Home AI

Anthropic and Microsoft in Talks for the Maia 200 Chip: Claude Inference Goes Custom as Nvidia Faces Its First Real ASIC Threat

Anthropic is in talks to run Claude on Microsoft's Maia 200 inference chip, a fourth silicon program that turns up the pressure on Nvidia's inference moat.

By Scott Allan May 25 3 min read

Microsoft, Anthropic, and Nvidia logos around a glowing Maia 200 AI accelerator chip on a circuit-board background

Anthropic is in talks to run Claude on Microsoft’s custom Maia 200 inference chip, according to a CNBC report on May 21, a move that would make the Claude maker the first frontier AI lab spreading gigawatt-scale workloads across four separate silicon programs at once. For Nvidia, whose stock slipped about 2% the following Friday, this is the story Wall Street has quietly braced for: the biggest AI labs are starting to route real production traffic onto chips that are not Nvidia’s.

The detail that matters is the word inference. Training is where Nvidia’s moat is widest. Inference, the running of a model once it is built, is the high-volume, cost-sensitive workload that custom silicon was designed to eat first.

A Fourth Lane of Silicon

If the talks convert, Anthropic would run Claude across Nvidia GPUs, Amazon’s Trainium, Google’s TPUs, and now Microsoft’s Maia, four distinct chip families under contract at the same time. No frontier lab has done that. CNBC was careful to note this is still a negotiation, not a signed deal, with discussions in early stages and centered on inference, set against the backdrop of Microsoft’s $5 billion investment in Anthropic. The Information broke the story first; CNBC and others substantiated it.

The strategic logic is blunt. A lab that depends on one supplier for the scarcest input in technology is a lab that does not control its own cost curve. Four suppliers is negotiating power. For Microsoft, the upside is just as concrete: every Claude token served on a Maia chip instead of a rented Nvidia card is margin that stays inside Azure rather than flowing to Santa Clara.

What the Maia 200 Actually Is

Microsoft launched the Maia 200 on January 26 of this year, built on TSMC’s 3-nanometer process with 216GB of HBM3e memory running at 7 terabytes per second. The headline efficiency claim deserves precision, because it has been widely garbled: the roughly 30% improvement Microsoft touts is in tokens per dollar measured against its own previous fleet silicon, the figure CEO Satya Nadella cited on the April earnings call, not a blanket claim against Nvidia. Microsoft does claim its FP4 throughput beats Amazon’s Trainium3 and its FP8 sits above Google’s latest TPU.

Until now, Maia 200 has been publicly tied to running OpenAI’s GPT-5.2. Putting Claude on the same accelerator would be a first, and a notable one given how closely Microsoft, OpenAI’s largest backer, and Anthropic have been circling each other.

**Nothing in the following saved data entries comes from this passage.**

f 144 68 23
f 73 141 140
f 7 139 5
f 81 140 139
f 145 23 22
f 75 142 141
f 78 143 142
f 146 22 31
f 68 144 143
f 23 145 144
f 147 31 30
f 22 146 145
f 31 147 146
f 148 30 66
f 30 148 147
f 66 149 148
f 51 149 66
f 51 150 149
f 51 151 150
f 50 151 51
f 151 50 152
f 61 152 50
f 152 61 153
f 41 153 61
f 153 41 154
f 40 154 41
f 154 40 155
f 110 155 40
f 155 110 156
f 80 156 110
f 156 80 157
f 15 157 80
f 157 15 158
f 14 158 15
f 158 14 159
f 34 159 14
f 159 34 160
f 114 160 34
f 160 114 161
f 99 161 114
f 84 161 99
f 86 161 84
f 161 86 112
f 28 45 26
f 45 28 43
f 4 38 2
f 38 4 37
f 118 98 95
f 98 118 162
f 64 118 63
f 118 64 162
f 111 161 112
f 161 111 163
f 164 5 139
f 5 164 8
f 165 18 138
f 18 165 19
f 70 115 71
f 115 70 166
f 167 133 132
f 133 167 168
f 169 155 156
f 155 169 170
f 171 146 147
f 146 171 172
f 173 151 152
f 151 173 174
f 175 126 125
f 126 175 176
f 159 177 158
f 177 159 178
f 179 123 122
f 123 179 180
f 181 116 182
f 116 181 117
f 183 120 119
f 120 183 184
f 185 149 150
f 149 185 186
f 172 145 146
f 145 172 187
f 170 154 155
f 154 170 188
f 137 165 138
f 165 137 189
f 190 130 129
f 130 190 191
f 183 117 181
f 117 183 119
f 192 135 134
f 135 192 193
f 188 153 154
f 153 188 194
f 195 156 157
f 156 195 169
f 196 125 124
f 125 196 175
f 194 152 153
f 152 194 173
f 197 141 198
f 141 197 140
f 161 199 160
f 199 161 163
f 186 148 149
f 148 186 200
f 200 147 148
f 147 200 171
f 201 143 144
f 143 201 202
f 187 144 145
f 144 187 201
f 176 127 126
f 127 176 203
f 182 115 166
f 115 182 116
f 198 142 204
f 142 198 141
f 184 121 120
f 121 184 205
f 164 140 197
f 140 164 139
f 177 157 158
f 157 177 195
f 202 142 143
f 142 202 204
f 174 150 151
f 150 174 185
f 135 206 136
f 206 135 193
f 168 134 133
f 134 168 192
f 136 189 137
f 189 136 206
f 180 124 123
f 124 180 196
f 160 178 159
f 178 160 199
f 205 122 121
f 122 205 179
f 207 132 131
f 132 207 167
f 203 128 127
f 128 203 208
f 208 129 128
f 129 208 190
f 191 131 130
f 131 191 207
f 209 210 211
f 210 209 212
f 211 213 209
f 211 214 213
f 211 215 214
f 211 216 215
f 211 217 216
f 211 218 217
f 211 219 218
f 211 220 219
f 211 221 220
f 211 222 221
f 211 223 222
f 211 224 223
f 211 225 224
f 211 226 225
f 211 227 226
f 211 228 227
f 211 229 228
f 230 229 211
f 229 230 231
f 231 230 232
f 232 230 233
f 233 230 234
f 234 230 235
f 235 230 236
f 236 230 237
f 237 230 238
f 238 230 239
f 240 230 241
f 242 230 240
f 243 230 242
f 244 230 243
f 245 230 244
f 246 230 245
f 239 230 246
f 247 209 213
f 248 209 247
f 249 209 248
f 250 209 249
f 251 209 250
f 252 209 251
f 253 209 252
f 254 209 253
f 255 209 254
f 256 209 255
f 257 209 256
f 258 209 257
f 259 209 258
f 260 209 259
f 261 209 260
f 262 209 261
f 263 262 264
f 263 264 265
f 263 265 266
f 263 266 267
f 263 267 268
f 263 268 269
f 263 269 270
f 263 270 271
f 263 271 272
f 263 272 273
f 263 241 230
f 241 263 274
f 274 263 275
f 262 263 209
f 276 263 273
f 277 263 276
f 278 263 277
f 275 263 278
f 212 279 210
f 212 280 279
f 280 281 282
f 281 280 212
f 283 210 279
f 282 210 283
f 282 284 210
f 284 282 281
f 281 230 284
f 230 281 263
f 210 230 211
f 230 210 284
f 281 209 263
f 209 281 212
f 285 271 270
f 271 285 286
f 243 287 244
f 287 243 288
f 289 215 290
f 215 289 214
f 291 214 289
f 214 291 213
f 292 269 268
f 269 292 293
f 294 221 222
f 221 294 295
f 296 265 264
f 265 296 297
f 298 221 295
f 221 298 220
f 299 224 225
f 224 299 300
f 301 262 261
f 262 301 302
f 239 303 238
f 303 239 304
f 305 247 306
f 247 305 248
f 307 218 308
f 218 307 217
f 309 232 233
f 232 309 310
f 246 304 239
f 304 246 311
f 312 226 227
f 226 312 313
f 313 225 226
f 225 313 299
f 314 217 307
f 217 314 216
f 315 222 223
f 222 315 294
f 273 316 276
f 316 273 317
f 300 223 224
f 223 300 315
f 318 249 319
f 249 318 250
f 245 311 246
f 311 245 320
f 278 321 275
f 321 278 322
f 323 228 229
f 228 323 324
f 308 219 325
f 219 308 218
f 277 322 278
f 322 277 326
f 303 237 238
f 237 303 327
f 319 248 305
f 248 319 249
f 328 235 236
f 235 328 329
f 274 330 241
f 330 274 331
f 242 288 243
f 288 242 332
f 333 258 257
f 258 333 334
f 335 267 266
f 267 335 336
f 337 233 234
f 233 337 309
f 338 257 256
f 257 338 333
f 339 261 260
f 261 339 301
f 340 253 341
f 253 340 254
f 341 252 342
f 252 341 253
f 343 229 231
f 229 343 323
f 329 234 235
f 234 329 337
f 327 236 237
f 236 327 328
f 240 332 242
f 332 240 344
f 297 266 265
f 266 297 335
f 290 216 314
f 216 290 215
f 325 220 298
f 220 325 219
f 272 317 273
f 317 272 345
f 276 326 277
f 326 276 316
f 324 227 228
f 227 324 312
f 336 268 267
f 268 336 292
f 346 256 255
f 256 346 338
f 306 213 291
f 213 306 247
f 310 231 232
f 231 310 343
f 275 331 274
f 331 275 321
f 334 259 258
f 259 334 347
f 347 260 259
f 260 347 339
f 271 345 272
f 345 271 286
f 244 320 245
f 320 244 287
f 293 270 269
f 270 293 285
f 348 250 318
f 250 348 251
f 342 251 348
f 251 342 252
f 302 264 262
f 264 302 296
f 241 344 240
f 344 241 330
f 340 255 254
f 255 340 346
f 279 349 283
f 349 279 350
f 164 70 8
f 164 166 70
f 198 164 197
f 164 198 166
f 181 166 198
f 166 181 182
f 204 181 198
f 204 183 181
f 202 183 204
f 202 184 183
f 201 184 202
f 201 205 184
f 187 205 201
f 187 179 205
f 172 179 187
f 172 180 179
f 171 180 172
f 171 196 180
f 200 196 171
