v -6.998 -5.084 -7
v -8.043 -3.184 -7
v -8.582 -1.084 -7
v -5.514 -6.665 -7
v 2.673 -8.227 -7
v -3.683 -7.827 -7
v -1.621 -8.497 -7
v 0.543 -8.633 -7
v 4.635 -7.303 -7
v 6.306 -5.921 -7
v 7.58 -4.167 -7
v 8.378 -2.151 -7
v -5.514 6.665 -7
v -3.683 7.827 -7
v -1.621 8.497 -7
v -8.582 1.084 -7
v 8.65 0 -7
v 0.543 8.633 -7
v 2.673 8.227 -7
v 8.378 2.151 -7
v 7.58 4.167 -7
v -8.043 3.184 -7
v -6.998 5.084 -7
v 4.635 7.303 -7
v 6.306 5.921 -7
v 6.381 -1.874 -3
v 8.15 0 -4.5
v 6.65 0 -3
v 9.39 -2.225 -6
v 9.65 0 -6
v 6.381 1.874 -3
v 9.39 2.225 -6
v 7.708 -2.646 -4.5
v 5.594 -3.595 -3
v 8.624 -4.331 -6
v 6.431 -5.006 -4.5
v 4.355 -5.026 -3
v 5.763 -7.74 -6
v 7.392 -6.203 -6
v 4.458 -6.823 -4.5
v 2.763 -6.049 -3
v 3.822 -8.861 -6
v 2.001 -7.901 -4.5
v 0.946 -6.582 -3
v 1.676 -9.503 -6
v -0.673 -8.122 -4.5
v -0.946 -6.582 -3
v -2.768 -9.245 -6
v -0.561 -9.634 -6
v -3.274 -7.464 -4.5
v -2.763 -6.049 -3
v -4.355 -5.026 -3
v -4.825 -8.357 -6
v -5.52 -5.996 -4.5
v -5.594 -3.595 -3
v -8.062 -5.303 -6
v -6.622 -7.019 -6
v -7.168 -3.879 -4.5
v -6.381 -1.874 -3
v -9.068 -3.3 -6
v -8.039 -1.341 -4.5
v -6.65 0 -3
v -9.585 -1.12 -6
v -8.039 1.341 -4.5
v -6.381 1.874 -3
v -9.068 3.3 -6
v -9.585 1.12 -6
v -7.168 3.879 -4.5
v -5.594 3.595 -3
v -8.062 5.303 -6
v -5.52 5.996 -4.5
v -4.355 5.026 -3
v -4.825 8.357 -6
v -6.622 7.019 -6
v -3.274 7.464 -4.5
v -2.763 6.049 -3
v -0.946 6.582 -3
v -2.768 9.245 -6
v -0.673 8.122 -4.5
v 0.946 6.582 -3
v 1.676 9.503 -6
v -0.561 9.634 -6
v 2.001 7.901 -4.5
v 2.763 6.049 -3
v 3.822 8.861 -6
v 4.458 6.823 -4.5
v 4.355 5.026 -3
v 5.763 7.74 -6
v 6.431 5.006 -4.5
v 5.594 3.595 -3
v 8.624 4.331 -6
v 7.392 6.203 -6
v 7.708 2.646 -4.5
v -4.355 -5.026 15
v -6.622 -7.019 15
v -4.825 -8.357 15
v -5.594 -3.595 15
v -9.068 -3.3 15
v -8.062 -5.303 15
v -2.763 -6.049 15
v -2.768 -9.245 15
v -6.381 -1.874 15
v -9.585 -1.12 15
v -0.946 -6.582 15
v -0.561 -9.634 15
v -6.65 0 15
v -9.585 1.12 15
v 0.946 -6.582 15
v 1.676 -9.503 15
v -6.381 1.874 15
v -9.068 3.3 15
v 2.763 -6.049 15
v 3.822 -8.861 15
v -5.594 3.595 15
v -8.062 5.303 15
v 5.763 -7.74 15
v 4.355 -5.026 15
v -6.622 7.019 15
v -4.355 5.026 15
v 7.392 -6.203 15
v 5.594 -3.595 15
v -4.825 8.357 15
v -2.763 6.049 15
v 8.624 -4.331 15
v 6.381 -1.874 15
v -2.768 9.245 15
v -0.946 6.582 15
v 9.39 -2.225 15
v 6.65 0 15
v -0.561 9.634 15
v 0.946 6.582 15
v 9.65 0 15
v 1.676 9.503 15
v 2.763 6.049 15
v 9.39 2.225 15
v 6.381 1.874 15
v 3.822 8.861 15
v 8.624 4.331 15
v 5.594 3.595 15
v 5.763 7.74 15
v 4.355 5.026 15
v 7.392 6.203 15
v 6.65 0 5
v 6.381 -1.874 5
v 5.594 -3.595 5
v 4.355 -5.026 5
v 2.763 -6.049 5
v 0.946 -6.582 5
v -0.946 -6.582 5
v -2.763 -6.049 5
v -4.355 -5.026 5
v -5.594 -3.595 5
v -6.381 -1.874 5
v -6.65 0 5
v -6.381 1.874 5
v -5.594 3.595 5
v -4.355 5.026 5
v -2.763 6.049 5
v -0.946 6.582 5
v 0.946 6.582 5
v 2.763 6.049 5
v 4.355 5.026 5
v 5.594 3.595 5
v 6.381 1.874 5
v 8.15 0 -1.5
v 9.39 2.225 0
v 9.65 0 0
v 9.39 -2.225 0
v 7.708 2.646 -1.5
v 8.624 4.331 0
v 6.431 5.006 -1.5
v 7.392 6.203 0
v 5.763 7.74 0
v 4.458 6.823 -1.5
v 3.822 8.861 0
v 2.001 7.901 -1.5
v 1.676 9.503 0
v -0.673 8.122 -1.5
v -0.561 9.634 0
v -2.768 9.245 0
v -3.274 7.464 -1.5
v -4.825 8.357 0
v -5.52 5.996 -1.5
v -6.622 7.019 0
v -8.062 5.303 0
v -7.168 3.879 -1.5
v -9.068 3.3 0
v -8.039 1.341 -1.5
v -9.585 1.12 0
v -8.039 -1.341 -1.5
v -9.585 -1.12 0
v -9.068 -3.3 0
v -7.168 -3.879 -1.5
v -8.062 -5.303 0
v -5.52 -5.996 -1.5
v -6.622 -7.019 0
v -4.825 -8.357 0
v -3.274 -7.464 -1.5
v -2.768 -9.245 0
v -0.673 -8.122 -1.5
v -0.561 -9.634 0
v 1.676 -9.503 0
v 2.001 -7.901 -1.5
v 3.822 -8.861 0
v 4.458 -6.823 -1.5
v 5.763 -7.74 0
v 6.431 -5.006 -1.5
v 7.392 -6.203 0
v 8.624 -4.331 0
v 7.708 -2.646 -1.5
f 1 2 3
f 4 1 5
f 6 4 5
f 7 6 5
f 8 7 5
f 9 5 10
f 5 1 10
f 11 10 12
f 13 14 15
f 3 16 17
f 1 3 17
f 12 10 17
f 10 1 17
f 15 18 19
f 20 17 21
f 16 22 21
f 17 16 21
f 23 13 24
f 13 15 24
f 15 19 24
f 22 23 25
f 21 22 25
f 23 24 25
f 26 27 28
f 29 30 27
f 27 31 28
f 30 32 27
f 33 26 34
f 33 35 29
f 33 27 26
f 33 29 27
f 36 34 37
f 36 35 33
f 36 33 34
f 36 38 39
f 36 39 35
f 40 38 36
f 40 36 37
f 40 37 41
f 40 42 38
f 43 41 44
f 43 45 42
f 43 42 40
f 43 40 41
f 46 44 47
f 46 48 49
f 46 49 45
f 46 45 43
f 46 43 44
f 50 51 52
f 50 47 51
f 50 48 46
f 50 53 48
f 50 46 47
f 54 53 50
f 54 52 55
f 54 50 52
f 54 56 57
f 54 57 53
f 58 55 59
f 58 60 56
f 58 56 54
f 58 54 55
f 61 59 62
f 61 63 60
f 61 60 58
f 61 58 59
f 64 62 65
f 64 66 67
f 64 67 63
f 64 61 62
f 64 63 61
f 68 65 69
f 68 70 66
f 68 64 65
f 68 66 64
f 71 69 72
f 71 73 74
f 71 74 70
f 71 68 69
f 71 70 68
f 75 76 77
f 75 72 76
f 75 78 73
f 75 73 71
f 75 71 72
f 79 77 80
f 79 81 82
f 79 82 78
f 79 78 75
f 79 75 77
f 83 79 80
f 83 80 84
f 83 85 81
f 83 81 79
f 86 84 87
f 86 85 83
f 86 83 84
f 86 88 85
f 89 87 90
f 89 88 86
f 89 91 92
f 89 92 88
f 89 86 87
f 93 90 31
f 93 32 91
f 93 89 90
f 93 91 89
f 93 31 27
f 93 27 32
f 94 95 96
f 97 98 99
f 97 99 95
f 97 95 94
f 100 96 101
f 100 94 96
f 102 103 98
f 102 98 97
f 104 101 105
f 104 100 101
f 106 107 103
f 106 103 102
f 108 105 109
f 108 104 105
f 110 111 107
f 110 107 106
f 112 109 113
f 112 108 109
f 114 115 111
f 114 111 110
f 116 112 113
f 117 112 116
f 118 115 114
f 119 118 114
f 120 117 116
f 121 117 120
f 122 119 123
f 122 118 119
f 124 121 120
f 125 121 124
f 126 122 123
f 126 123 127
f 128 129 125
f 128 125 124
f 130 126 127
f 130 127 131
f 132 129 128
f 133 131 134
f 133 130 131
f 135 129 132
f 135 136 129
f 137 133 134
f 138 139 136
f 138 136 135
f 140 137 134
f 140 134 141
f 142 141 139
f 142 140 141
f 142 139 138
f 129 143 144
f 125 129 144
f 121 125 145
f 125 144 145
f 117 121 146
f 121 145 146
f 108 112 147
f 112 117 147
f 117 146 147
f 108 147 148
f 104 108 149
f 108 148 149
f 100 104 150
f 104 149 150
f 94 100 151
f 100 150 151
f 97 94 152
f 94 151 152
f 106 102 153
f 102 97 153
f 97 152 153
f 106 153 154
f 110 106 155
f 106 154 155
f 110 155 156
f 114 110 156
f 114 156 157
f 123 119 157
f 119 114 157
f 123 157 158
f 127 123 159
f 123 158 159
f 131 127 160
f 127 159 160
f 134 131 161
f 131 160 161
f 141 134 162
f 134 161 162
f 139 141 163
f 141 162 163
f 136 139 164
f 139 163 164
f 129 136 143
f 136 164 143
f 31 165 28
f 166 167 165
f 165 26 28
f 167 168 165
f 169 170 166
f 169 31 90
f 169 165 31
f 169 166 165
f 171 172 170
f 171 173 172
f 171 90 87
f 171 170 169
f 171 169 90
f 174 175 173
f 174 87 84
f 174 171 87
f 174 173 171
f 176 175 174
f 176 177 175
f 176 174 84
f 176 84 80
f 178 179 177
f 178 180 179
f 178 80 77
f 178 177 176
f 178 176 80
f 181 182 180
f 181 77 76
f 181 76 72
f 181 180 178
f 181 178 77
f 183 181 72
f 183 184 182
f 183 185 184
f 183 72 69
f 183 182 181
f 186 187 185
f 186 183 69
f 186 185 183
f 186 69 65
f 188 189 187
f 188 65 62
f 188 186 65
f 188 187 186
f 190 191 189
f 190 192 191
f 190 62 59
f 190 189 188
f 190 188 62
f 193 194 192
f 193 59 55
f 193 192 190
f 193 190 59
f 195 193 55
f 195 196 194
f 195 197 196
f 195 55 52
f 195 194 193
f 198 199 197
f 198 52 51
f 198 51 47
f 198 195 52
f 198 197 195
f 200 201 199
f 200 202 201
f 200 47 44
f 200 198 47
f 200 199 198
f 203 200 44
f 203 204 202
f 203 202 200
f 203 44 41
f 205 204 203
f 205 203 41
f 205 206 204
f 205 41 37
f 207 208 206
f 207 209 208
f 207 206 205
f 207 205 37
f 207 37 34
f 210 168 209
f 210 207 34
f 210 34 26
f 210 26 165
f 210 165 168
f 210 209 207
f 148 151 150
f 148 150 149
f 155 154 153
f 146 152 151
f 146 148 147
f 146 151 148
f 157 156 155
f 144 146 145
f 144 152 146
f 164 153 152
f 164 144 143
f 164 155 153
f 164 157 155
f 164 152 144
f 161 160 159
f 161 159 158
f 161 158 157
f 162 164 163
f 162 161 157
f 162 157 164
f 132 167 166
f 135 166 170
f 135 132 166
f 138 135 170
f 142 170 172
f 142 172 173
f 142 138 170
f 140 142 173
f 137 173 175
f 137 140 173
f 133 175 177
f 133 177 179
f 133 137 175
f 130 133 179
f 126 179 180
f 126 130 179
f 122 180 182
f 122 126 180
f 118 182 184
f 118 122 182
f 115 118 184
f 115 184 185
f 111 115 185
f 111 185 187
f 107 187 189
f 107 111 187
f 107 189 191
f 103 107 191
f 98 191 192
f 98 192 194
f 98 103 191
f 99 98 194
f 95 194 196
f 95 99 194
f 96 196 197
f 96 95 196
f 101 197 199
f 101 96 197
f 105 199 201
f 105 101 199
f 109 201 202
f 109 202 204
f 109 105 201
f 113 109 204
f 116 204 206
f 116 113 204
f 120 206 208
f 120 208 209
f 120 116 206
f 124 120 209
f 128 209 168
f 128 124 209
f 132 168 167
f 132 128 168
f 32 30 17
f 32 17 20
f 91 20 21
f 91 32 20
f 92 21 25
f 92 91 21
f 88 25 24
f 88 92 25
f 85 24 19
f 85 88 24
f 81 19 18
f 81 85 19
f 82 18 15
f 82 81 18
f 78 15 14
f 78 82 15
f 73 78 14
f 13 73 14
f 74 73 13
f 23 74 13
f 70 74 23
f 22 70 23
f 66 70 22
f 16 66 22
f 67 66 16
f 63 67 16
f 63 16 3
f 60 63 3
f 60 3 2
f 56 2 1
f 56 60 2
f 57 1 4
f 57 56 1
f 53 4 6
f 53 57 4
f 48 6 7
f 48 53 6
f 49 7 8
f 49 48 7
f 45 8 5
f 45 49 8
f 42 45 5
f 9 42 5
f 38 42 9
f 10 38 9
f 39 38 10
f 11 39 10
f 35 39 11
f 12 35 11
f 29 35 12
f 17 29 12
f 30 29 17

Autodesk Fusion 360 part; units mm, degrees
sketch "Sketch1" plane through (0, 0, 0) normal (0, 0, 1) x (1, 0, 0)
  circle A0 centre (0, 0) radius 6.65
  circle A1 centre (0, 0) radius 9.65
  dimension "d1" = 13.3
  dimension "d2" = 3
extrude "Extrude1" add sketch "Sketch1" along normal blind 15
extrude "Extrude2" add sketch "Sketch1" along normal blind 5 contours A0
sketch "Sketch2" plane through (0, 0, 0) normal (0, 0, 1) x (1, 0, 0)
  circle A0 centre (0, 0) radius 9.65
  dimension "d7" = 19.3
extrude "Extrude3" add sketch "Sketch2" against normal blind 7
sketch "Sketch3" plane through (0, 0, -7) normal (0, 0, -1) x (1, 0, 0)
  circle A0 centre (0, 0) radius 9.65
  circle A1 centre (0, 0) radius 5
  dimension "d10" = 10
chamfer "Chamfer1" distance 1 angle 45 1 edges at (-8.997, 3.4896, -7)
sketch "Sketch4" plane through (0, 0, 0) normal (0, 1, 0) x (1, 0, 0)
  line L0 (9.65, 6) -> (-9.65, 6)
  line L1 (9.65, 6) -> (9.65, 0)
  line L2 (9.65, 0) -> (6.65, 3)
  line L3 (6.65, 3) -> (9.65, 6)
  line L4 (0, 0) -> (9.65, 0)
  dimension "d18" = 45
revolve "Revolve1" cut sketch "Sketch4" angle 360 about axis through (0, 0, 1.75) along (0, 0, 1)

The Compute Problem Anthropic Cannot Spend Its Way Out Of

Behind the chip talks is a capacity crisis. Speaking at Anthropic’s developer conference in early May, CEO Dario Amodei said the company planned for tenfold growth and instead saw demand running at roughly eighty times on an annualized basis in the first quarter, adding bluntly that “this is the reason we have had difficulties with compute.” That is the context for a spending spree that already includes a deal to pay xAI about $1.25 billion a month, through May 2029, to rent the Colossus 1 supercomputer in Memphis, a roughly $45 billion commitment disclosed inside SpaceX’s IPO filing.

This is the same capital intensity that pushed Anthropic into a $30 billion funding round at a $900 billion valuation earlier this month. The valuation is the headline. The compute bill is the reason.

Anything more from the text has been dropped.